Material for this task:

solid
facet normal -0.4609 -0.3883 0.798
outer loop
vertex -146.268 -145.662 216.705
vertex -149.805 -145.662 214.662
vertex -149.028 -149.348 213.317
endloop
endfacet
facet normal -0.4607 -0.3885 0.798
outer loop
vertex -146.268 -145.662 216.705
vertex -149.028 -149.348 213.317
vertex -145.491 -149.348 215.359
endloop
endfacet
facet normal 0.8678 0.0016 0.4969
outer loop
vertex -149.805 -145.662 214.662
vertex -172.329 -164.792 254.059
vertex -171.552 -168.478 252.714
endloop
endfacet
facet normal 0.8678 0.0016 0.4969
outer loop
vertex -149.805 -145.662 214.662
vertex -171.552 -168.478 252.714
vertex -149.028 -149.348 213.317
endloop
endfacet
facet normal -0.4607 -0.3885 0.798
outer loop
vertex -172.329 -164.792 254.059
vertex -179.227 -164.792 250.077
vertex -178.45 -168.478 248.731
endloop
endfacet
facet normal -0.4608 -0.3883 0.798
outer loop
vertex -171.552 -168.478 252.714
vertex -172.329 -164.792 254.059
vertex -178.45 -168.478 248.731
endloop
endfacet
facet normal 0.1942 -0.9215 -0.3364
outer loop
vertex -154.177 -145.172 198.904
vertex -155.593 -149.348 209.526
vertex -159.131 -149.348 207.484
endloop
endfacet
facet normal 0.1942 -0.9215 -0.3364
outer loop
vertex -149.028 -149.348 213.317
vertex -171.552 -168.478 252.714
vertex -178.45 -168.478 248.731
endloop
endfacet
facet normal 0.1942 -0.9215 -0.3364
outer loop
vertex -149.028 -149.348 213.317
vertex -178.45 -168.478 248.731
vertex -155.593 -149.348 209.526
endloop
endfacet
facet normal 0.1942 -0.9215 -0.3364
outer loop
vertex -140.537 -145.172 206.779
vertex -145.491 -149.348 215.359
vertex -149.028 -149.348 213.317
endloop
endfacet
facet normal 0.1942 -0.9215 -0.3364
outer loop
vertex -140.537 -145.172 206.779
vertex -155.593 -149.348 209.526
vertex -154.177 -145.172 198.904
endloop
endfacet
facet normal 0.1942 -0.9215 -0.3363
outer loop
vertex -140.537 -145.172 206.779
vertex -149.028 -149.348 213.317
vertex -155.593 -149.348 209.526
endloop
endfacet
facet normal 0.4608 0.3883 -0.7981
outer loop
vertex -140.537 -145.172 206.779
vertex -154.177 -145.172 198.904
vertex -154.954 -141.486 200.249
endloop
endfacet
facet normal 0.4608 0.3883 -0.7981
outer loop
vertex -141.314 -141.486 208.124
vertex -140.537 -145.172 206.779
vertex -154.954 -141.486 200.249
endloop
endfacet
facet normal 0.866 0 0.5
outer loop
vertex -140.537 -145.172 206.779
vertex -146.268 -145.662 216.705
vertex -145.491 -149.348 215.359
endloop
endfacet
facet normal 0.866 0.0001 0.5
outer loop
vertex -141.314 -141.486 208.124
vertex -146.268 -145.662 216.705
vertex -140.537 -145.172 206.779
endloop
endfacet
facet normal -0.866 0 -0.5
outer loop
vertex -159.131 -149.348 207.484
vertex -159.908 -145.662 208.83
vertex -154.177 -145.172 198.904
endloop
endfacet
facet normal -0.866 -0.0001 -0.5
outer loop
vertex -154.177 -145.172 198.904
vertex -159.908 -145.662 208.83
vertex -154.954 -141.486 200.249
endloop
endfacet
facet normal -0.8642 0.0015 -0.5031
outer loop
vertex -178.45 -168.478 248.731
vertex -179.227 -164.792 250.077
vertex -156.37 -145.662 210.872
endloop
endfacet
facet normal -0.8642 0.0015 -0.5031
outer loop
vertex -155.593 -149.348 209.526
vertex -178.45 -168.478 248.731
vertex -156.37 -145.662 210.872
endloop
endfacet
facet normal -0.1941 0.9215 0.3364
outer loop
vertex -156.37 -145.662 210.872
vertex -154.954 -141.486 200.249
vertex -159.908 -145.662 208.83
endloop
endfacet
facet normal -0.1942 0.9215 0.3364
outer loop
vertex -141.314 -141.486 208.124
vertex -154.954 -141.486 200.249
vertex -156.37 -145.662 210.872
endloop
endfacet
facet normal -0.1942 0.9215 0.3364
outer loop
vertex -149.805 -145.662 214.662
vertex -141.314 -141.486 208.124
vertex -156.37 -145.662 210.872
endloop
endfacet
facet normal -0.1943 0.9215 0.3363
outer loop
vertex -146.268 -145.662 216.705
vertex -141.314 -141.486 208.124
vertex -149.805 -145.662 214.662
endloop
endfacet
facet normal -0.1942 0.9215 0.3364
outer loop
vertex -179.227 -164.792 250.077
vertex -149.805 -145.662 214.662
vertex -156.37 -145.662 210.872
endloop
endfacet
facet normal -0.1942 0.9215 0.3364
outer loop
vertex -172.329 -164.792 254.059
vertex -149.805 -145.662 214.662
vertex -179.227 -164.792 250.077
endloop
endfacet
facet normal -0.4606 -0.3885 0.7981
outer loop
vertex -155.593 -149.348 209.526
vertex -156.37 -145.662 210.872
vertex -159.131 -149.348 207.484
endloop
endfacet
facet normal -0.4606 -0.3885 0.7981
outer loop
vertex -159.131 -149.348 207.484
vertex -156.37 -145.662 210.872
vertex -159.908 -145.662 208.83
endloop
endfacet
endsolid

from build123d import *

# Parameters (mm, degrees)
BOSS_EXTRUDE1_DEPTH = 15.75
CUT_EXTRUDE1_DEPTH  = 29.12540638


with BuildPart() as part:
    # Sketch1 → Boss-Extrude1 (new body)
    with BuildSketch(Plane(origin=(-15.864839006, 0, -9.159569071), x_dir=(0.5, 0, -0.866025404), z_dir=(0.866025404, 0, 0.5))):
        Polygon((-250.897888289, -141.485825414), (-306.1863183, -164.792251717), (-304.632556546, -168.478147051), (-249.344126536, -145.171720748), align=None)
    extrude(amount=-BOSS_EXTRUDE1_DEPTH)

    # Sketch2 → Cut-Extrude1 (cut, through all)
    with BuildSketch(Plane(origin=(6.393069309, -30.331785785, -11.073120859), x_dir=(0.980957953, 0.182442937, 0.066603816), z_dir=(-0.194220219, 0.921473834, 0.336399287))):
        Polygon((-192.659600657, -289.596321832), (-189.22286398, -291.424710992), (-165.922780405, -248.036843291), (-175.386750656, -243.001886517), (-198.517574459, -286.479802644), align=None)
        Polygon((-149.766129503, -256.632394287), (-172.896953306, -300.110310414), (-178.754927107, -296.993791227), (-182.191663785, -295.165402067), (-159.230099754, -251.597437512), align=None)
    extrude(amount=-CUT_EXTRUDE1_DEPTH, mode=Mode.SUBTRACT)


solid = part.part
---
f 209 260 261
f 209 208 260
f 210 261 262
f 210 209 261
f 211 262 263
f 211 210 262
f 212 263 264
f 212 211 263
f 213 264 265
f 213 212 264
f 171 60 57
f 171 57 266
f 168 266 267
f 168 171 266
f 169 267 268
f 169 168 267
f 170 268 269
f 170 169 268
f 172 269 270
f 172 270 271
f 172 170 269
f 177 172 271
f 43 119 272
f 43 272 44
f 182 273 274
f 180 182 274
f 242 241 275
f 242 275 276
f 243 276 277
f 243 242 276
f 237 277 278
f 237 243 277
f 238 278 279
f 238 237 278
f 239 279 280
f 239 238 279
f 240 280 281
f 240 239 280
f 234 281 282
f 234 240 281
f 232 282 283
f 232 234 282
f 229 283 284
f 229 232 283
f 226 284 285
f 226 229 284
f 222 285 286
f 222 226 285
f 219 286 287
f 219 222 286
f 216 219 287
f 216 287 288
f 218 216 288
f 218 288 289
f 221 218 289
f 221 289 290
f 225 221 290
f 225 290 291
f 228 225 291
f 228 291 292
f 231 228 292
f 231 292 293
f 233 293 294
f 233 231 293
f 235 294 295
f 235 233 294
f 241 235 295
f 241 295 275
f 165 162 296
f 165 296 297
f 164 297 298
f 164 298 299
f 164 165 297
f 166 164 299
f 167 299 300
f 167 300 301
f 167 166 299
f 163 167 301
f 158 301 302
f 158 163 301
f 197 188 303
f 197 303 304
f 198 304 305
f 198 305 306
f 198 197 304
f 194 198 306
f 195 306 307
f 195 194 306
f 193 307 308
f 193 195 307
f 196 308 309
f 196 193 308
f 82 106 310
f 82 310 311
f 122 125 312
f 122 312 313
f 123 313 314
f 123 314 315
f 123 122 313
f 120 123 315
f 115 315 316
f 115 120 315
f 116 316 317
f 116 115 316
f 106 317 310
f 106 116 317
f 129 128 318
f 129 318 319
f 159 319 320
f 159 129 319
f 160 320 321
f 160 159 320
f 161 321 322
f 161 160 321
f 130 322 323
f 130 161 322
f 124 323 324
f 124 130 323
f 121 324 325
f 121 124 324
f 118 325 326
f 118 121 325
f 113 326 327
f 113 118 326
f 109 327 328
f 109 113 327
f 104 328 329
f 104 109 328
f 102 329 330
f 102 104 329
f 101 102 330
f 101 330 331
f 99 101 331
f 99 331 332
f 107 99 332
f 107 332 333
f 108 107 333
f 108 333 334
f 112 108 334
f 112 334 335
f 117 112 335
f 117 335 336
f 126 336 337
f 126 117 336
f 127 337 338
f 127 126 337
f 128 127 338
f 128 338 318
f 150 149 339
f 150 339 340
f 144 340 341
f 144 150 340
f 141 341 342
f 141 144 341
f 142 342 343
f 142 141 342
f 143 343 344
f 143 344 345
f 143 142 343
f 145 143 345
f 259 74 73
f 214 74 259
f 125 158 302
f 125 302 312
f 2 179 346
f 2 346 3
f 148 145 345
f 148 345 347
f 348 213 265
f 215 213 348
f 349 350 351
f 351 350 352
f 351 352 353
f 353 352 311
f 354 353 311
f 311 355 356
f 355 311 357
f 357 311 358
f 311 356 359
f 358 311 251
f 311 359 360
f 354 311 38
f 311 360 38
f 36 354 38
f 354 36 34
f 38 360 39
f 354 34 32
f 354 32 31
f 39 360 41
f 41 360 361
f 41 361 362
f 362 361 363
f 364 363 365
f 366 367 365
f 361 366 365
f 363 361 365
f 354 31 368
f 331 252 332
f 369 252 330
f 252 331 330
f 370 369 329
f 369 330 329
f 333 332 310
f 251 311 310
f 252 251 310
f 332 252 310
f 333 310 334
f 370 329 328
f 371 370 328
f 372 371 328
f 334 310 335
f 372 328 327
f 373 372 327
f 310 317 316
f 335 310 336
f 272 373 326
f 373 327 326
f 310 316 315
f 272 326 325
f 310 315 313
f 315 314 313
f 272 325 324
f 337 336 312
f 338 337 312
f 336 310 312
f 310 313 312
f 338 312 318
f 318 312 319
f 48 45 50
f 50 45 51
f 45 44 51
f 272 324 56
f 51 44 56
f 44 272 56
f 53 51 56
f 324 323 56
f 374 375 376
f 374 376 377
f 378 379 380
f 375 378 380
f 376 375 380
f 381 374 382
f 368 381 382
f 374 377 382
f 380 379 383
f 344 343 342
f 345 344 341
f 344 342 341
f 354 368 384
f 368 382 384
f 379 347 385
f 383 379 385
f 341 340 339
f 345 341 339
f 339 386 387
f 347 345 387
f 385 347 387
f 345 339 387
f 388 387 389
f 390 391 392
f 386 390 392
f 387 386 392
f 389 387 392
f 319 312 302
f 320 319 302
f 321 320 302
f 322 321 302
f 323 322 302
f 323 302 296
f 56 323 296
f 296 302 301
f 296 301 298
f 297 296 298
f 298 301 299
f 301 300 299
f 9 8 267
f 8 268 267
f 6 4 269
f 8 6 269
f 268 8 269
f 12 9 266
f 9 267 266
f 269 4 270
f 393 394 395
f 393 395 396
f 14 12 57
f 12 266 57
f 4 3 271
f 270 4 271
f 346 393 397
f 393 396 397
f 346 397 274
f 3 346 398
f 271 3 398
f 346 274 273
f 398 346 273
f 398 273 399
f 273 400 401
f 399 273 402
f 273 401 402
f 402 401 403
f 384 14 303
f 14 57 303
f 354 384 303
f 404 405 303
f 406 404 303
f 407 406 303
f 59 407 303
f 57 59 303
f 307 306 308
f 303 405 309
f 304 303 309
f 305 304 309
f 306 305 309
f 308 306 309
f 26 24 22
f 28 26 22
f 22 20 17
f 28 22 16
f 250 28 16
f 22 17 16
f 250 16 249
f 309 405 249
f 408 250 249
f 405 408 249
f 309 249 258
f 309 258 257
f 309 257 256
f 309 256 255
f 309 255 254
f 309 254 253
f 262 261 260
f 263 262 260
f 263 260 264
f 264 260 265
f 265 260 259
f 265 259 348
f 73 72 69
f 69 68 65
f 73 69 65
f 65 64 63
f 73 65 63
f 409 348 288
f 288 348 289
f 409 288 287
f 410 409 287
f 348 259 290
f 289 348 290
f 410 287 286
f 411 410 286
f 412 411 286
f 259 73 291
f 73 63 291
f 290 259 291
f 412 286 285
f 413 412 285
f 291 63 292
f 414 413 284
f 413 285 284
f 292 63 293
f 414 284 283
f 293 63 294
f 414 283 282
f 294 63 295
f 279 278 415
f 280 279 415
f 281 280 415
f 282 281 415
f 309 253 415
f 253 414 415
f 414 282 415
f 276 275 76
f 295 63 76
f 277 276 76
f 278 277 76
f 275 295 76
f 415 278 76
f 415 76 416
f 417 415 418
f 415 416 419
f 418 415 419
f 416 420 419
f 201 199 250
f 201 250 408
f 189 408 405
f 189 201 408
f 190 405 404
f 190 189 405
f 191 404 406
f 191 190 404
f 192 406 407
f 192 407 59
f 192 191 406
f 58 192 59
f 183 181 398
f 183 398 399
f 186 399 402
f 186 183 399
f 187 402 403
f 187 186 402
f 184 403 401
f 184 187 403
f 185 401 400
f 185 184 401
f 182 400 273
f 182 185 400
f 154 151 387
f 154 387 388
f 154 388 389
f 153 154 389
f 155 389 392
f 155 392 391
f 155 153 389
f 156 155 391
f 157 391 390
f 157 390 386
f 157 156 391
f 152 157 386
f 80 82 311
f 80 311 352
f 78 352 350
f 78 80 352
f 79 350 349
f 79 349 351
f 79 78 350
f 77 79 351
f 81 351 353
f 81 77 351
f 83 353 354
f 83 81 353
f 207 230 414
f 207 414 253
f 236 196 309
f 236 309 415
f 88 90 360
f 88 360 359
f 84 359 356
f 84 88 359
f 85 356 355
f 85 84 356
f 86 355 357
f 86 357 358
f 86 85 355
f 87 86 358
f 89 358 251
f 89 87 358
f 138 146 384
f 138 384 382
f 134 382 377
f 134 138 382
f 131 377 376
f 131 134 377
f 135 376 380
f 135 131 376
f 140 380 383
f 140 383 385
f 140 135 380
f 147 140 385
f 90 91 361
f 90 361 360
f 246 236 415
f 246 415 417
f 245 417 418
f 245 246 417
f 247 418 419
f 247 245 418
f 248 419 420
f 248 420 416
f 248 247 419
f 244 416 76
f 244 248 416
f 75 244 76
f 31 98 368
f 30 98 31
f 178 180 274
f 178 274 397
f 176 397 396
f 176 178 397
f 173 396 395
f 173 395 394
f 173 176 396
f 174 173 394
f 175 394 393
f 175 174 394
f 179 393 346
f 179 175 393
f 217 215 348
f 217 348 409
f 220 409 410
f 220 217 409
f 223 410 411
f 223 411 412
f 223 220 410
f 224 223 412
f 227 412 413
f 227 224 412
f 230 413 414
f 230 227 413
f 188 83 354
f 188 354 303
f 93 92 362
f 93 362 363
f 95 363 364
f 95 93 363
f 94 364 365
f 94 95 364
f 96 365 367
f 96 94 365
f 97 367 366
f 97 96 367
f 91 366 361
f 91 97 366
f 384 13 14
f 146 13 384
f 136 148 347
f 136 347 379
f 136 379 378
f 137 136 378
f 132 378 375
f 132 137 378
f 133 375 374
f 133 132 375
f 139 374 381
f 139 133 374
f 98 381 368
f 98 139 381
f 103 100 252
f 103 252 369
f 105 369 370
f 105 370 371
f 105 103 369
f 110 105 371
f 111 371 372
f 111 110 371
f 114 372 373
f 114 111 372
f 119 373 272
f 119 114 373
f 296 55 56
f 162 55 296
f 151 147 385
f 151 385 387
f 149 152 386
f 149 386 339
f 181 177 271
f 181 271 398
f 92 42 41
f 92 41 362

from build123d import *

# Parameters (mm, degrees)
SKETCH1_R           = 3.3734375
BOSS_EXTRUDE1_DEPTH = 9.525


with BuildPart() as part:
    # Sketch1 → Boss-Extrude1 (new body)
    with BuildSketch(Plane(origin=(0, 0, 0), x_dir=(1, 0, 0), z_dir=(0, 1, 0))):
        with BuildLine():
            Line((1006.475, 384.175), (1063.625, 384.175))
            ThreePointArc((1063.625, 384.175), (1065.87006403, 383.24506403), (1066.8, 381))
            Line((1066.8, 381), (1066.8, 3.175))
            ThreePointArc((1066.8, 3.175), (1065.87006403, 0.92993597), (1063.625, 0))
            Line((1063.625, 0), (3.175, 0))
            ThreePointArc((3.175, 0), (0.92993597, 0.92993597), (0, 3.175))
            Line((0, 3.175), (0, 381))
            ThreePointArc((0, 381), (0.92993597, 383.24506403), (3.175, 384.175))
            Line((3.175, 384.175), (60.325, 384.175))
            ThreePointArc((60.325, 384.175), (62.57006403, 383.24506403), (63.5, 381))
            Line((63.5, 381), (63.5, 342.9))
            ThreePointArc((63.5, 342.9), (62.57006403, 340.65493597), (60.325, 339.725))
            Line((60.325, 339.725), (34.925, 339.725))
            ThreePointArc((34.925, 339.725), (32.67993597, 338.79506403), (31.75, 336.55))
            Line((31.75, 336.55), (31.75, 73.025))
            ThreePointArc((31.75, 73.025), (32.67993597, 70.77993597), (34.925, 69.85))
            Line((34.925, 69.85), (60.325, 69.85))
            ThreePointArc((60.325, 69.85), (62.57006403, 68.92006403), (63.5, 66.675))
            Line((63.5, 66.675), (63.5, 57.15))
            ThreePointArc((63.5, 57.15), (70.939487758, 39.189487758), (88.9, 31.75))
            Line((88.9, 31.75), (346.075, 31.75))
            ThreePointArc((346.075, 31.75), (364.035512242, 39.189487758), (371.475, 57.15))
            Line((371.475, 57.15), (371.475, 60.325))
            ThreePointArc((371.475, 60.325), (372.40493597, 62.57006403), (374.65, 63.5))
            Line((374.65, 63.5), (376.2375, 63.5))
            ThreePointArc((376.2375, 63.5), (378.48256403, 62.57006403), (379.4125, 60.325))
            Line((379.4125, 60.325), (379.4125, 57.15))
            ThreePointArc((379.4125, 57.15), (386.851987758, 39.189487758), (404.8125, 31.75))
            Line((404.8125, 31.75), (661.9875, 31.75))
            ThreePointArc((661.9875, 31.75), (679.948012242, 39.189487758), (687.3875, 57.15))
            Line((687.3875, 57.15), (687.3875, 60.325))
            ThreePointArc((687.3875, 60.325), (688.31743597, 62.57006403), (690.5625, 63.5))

What is being asked: Taking the entries above, restate exactly those lines that fall between the line with "f 81 77 351" and the line with "f 217 215 348", keeping both of those lines too.

The answer:
f 81 77 351
f 83 353 354
f 83 81 353
f 207 230 414
f 207 414 253
f 236 196 309
f 236 309 415
f 88 90 360
f 88 360 359
f 84 359 356
f 84 88 359
f 85 356 355
f 85 84 356
f 86 355 357
f 86 357 358
f 86 85 355
f 87 86 358
f 89 358 251
f 89 87 358
f 138 146 384
f 138 384 382
f 134 382 377
f 134 138 382
f 131 377 376
f 131 134 377
f 135 376 380
f 135 131 376
f 140 380 383
f 140 383 385
f 140 135 380
f 147 140 385
f 90 91 361
f 90 361 360
f 246 236 415
f 246 415 417
f 245 417 418
f 245 246 417
f 247 418 419
f 247 245 418
f 248 419 420
f 248 420 416
f 248 247 419
f 244 416 76
f 244 248 416
f 75 244 76
f 31 98 368
f 30 98 31
f 178 180 274
f 178 274 397
f 176 397 396
f 176 178 397
f 173 396 395
f 173 395 394
f 173 176 396
f 174 173 394
f 175 394 393
f 175 174 394
f 179 393 346
f 179 175 393
f 217 215 348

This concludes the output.